Но вот прошло девять дней, а телеграммы нет и нет! Бедная девочка чуть не заболела от волнения. Напрасно старалась она заставить себя жить, как прежде, брать уроки, читать, играть с детьми, — это было выше ее сил. Она не понимала ни того, что говорили учителя, ни того, что было написано в книгах; она не могла придумать никакой игры и совершенно забыла имена всех Адиных кукол. Ада и Мима ласкались к ней и упрашивали ее быть повеселее. Егор Савельич и Анна Захаровна выказывали ей большое участие. Митя при всяком звонке выбегал в переднюю узнавать, не приходил ли телеграфист. Десять дней! Молчание матери Соня могла объяснить себе только одним: доктор нашел болезнь отца очень опасною, и мать не решается сообщить ей об этом в коротенькой телеграмме. Надо ждать письма! Прошло еще два дня томительного ожидания, и вот Митя как сумасшедший вбежал в детскую с письмом в руке: возвращаясь из училища, он встретил почтальона у подъезда дома, выхватил у него письмо и спешил обрадовать Соню. Соня была до того взволнована, что с трудом могла разорвать конверт; волнение ее еще более усилилось, когда она окинула взглядом письмо. Оно было на одной страничке. «Милая Соня, — писала Вера Захаровна из Парижа, — в телеграмме я передала тебе мнение доктора и потому пишу всего несколько слов: завтра мы выезжаем отсюда. В понедельник на Страстной едет из Петербурга в деревню соседка бабушки, Марья Антоновна Пешкова, она зайдет к тебе: поезжай вместе с нею прямо к бабушке. Прощай, голубчик, крепко целую тебя».
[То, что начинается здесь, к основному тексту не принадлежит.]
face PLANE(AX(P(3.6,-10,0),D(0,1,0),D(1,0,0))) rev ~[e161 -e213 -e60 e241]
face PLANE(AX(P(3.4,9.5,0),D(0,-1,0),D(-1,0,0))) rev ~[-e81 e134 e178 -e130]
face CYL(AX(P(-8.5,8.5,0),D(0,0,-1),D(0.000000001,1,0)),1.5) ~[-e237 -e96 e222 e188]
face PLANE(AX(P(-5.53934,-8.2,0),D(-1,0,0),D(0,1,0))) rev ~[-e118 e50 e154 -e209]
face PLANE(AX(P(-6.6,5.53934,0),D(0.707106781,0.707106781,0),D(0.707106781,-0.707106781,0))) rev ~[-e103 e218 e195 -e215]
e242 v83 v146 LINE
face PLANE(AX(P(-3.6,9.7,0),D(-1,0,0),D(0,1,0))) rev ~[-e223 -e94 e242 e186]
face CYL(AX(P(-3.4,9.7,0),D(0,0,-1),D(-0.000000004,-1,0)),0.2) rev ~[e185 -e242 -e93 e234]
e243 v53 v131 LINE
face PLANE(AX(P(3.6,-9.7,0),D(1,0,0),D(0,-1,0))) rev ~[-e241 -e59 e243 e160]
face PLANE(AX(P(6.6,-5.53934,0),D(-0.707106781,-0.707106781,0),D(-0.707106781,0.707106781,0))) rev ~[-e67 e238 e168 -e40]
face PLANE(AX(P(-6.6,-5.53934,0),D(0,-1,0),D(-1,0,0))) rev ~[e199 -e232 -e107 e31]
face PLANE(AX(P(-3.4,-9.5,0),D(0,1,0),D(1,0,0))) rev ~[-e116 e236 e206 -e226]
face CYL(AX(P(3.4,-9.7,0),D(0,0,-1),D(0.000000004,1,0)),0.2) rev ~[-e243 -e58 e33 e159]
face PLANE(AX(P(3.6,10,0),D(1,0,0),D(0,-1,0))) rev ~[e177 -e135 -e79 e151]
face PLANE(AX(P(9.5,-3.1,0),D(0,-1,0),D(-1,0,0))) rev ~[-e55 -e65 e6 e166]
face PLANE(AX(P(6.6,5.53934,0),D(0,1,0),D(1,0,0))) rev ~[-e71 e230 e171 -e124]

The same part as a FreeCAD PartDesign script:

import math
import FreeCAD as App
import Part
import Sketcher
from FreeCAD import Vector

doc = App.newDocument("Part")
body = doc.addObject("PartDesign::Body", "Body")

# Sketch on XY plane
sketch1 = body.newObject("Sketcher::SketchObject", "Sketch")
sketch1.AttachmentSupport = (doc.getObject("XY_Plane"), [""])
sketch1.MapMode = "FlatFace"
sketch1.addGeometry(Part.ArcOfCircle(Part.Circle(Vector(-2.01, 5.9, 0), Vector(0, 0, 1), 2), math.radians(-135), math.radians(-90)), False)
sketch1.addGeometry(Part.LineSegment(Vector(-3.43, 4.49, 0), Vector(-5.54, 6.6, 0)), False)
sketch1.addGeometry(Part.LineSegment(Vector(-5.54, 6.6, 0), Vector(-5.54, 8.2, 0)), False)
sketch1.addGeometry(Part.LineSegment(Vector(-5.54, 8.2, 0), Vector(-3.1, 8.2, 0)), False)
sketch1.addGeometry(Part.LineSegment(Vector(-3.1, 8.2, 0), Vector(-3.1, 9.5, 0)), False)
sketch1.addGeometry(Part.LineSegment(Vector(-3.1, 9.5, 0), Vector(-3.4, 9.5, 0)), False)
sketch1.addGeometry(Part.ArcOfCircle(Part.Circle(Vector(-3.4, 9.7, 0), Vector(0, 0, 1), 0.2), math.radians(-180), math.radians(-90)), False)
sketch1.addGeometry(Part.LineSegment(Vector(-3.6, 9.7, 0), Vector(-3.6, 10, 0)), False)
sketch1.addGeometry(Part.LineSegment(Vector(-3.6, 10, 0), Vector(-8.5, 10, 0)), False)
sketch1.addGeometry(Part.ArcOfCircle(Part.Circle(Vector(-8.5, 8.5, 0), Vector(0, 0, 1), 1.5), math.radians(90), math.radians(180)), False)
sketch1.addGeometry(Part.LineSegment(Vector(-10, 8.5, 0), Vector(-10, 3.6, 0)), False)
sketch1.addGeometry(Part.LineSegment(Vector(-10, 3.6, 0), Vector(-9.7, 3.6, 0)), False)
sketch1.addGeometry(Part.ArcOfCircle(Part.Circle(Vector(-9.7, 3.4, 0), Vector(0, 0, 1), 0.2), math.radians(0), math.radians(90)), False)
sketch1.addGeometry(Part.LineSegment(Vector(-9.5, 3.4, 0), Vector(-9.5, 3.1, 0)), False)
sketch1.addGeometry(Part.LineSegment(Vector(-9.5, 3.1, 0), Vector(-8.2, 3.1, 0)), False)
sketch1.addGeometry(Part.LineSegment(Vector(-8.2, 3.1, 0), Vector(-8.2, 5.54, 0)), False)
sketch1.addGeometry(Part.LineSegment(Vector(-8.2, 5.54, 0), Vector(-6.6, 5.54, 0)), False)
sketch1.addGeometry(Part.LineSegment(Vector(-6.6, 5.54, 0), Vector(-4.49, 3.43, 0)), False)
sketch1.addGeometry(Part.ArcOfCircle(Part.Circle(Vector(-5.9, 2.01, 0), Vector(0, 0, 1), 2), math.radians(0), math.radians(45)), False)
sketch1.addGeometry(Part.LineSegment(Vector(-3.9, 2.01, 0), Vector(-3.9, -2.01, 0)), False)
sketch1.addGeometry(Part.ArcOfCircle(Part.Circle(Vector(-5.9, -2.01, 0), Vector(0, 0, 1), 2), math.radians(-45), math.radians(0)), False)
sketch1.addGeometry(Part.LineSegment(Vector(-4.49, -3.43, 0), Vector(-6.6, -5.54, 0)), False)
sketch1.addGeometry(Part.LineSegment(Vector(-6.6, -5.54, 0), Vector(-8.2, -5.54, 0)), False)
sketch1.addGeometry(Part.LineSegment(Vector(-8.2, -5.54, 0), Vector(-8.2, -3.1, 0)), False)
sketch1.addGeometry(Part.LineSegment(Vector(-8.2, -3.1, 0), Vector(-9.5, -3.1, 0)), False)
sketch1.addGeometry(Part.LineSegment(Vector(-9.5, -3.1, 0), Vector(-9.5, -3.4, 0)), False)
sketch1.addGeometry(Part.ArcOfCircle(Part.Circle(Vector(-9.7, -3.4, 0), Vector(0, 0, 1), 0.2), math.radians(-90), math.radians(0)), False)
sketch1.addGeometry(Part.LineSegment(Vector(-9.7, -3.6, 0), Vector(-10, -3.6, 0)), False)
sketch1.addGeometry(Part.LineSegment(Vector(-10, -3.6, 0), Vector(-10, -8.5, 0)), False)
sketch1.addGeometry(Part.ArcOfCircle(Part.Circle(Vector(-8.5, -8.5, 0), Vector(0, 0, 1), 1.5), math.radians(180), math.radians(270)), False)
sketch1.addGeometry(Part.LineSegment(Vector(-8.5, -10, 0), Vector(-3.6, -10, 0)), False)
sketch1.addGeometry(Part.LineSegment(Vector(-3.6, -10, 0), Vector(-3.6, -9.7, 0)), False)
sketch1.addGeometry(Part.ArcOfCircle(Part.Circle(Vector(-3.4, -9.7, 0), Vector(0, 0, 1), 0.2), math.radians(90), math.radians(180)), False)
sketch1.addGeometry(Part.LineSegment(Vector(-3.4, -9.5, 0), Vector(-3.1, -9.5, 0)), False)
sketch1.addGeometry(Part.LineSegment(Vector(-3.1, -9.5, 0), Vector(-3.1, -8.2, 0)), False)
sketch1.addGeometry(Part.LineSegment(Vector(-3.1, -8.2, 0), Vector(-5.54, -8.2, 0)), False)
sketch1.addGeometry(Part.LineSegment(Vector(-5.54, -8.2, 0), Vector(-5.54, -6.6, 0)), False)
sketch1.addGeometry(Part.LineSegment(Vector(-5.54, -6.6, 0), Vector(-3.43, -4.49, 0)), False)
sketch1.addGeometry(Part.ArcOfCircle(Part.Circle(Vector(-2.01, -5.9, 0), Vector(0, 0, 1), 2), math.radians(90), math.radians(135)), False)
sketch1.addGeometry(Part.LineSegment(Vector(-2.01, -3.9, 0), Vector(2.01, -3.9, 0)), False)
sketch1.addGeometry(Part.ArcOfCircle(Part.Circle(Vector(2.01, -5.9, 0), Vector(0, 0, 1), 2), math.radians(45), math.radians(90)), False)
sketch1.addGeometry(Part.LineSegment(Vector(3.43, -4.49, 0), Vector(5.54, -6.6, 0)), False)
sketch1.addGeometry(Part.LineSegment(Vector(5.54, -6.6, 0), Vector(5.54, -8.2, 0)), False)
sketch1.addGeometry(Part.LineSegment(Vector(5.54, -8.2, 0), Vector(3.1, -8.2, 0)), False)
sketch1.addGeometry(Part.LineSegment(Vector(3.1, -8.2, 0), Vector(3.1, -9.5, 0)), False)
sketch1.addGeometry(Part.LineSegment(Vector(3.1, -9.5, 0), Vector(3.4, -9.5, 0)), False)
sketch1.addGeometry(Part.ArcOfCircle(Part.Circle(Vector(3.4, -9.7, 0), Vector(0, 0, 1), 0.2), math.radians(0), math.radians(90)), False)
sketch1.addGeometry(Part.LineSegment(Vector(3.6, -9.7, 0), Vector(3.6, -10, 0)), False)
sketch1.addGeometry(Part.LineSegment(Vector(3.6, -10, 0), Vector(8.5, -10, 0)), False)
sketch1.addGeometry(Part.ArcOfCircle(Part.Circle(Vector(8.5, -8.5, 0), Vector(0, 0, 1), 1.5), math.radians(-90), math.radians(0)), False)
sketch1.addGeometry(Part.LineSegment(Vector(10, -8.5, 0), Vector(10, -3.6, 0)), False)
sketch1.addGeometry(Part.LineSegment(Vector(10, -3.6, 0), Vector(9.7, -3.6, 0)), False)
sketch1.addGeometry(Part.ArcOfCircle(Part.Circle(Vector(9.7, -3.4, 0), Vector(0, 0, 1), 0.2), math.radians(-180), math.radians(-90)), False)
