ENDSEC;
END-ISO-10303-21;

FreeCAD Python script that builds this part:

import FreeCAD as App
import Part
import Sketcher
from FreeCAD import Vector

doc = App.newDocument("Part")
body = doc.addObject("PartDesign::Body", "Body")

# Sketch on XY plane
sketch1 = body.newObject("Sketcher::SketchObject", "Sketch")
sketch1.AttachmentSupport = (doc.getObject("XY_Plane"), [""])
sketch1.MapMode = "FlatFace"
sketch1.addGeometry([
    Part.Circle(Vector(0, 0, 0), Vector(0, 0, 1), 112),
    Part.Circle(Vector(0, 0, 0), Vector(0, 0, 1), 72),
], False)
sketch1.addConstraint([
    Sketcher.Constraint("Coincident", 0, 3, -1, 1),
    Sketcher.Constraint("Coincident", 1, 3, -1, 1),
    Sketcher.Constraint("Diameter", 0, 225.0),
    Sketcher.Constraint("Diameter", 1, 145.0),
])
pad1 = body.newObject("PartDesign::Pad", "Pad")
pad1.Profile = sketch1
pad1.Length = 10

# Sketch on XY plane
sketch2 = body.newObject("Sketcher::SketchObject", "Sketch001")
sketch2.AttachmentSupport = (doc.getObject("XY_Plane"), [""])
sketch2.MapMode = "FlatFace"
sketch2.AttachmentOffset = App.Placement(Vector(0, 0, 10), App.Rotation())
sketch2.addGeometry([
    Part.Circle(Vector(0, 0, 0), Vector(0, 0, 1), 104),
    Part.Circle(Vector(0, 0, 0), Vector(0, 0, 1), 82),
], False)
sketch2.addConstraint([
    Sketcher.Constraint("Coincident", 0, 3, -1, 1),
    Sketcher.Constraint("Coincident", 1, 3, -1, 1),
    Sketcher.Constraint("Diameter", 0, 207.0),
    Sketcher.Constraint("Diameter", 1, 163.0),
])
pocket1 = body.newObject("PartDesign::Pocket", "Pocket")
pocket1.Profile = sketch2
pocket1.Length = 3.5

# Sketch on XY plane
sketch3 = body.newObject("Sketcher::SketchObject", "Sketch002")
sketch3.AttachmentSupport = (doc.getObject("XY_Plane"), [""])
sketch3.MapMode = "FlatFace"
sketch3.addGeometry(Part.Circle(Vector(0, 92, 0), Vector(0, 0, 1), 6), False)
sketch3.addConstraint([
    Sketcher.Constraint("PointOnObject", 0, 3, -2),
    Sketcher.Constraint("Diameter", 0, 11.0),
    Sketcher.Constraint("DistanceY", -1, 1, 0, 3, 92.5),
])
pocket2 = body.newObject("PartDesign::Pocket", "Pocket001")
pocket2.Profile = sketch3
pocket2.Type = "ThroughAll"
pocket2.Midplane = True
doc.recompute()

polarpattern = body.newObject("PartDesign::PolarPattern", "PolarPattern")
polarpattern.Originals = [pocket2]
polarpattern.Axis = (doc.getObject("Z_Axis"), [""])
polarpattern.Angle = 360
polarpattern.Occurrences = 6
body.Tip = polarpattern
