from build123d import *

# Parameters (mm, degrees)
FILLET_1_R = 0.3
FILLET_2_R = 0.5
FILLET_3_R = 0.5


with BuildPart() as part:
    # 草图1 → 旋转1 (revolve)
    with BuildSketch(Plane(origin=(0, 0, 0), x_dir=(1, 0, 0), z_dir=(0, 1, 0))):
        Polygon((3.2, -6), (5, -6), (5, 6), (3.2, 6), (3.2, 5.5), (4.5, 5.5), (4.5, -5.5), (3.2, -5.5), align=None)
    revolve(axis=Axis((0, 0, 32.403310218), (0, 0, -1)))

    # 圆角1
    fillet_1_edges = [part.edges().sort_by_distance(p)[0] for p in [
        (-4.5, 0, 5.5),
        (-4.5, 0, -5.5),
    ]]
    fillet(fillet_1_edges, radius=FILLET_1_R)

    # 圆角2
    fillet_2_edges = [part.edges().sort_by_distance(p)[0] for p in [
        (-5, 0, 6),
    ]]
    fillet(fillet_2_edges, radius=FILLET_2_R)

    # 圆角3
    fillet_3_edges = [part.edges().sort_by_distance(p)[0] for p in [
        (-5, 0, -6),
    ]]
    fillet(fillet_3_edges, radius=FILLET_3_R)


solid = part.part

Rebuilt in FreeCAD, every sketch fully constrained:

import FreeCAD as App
import Part
import Sketcher

V = App.Vector
Q = App.Units.Quantity


def edges_at(feature, points):
    """Names of the edges that pass closest to the given points."""
    edges = feature.Shape.Edges
    near = lambda p: min(range(len(edges)), key=lambda i: edges[i].distToShape(Part.Vertex(*p))[0])
    return sorted({f"Edge{near(p) + 1}" for p in points})


def add_polygon(sketch, points):
    """Adds a closed chain of lines whose ends are joined by coincident constraints."""
    first, n = sketch.GeometryCount, len(points)
    for a, b in zip(points, points[1:] + points[:1]):
        sketch.addGeometry(Part.LineSegment(App.Vector(*a, 0), App.Vector(*b, 0)), False)
    for i in range(n):
        sketch.addConstraint(Sketcher.Constraint("Coincident", first + i, 2, first + (i + 1) % n, 1))

doc = App.newDocument("Part")
body = doc.addObject("PartDesign::Body", "Body")

# Sketch on XZ plane
sketch1 = body.newObject("Sketcher::SketchObject", "Sketch")
sketch1.AttachmentSupport = (doc.getObject("XZ_Plane"), [""])
sketch1.MapMode = "FlatFace"
add_polygon(sketch1, [(3.2, 6), (5, 6), (5, -6), (3.2, -6), (3.2, -5.5), (4.5, -5.5), (4.5, 5.5), (3.2, 5.5)])  # lines 0-7
sketch1.addConstraint(Sketcher.Constraint("Horizontal", 0))
sketch1.addConstraint(Sketcher.Constraint("Vertical", 1))
sketch1.addConstraint(Sketcher.Constraint("Horizontal", 2))
sketch1.addConstraint(Sketcher.Constraint("Vertical", 3))
sketch1.addConstraint(Sketcher.Constraint("Horizontal", 4))
sketch1.addConstraint(Sketcher.Constraint("Vertical", 5))
sketch1.addConstraint(Sketcher.Constraint("Horizontal", 6))
sketch1.addConstraint(Sketcher.Constraint("Vertical", 7))
sketch1.addConstraint(Sketcher.Constraint("Symmetric", 3, 2, 6, 2, -1))
sketch1.addConstraint(Sketcher.Constraint("Equal", 3, 7))
sketch1.addConstraint(Sketcher.Constraint("DistanceY", 1, 2, 1, 1, Q("12 mm")))
sketch1.addConstraint(Sketcher.Constraint("DistanceY", 5, 1, 5, 2, Q("11 mm")))
sketch1.addConstraint(Sketcher.Constraint("DistanceX", 0, 1, 0, 2, Q("1.8 mm")))
sketch1.addConstraint(Sketcher.Constraint("DistanceX", 4, 1, 4, 2, Q("1.3 mm")))
sketch1.addConstraint(Sketcher.Constraint("DistanceX", -1, 1, 0, 2, Q("5 mm")))
revolution = body.newObject("PartDesign::Revolution", "Revolution")
revolution.Profile = sketch1
revolution.ReferenceAxis = (sketch1, ["V_Axis"])
revolution.Angle = 360
doc.recompute()

fillet = body.newObject("PartDesign::Fillet", "Fillet")
fillet.Base = (revolution, edges_at(revolution, [(-4.5, 0, 5.5), (-4.5, 0, -5.5)]))
fillet.Radius = 0.3
doc.recompute()

fillet2 = body.newObject("PartDesign::Fillet", "Fillet001")
fillet2.Base = (fillet, edges_at(fillet, [(-5, 0, 6)]))
fillet2.Radius = 0.5
doc.recompute()

fillet3 = body.newObject("PartDesign::Fillet", "Fillet002")
fillet3.Base = (fillet2, edges_at(fillet2, [(-5, 0, -6)]))
fillet3.Radius = 0.5

doc.recompute()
— Боже мой! Что же это значит! Я ничего не понимаю! Мне ехать к бабушке, а куда же поехали папа с мамой? Все сказано в телеграмме, а я никакой телеграммы не получала! — и она с отчаянием опустилась на стул.
Митя взял у нее из рук письмо и тоже прочел его.
— Надобно разыскать эту телеграмму! — вскричал он. — Я скажу папе: он, может быть, знает, как это сделать! Говорят, телеграммы никогда не пропадают.
В эту минуту в комнату вошла Даша.
— Какую телеграмму вы потеряли, Дмитрий Егорович? — спросила она. — Не эту ли?
И она подала ему нераспечатанную телеграмму на имя Сони.
— Даша, где вы ее нашли? — спросил Митя.
— Да у Нины Егоровны под столом. Я вымела ее с сором, а теперь слышу — вы кричите: «Телеграмма, телеграмма!» — подумала, может, она нужная.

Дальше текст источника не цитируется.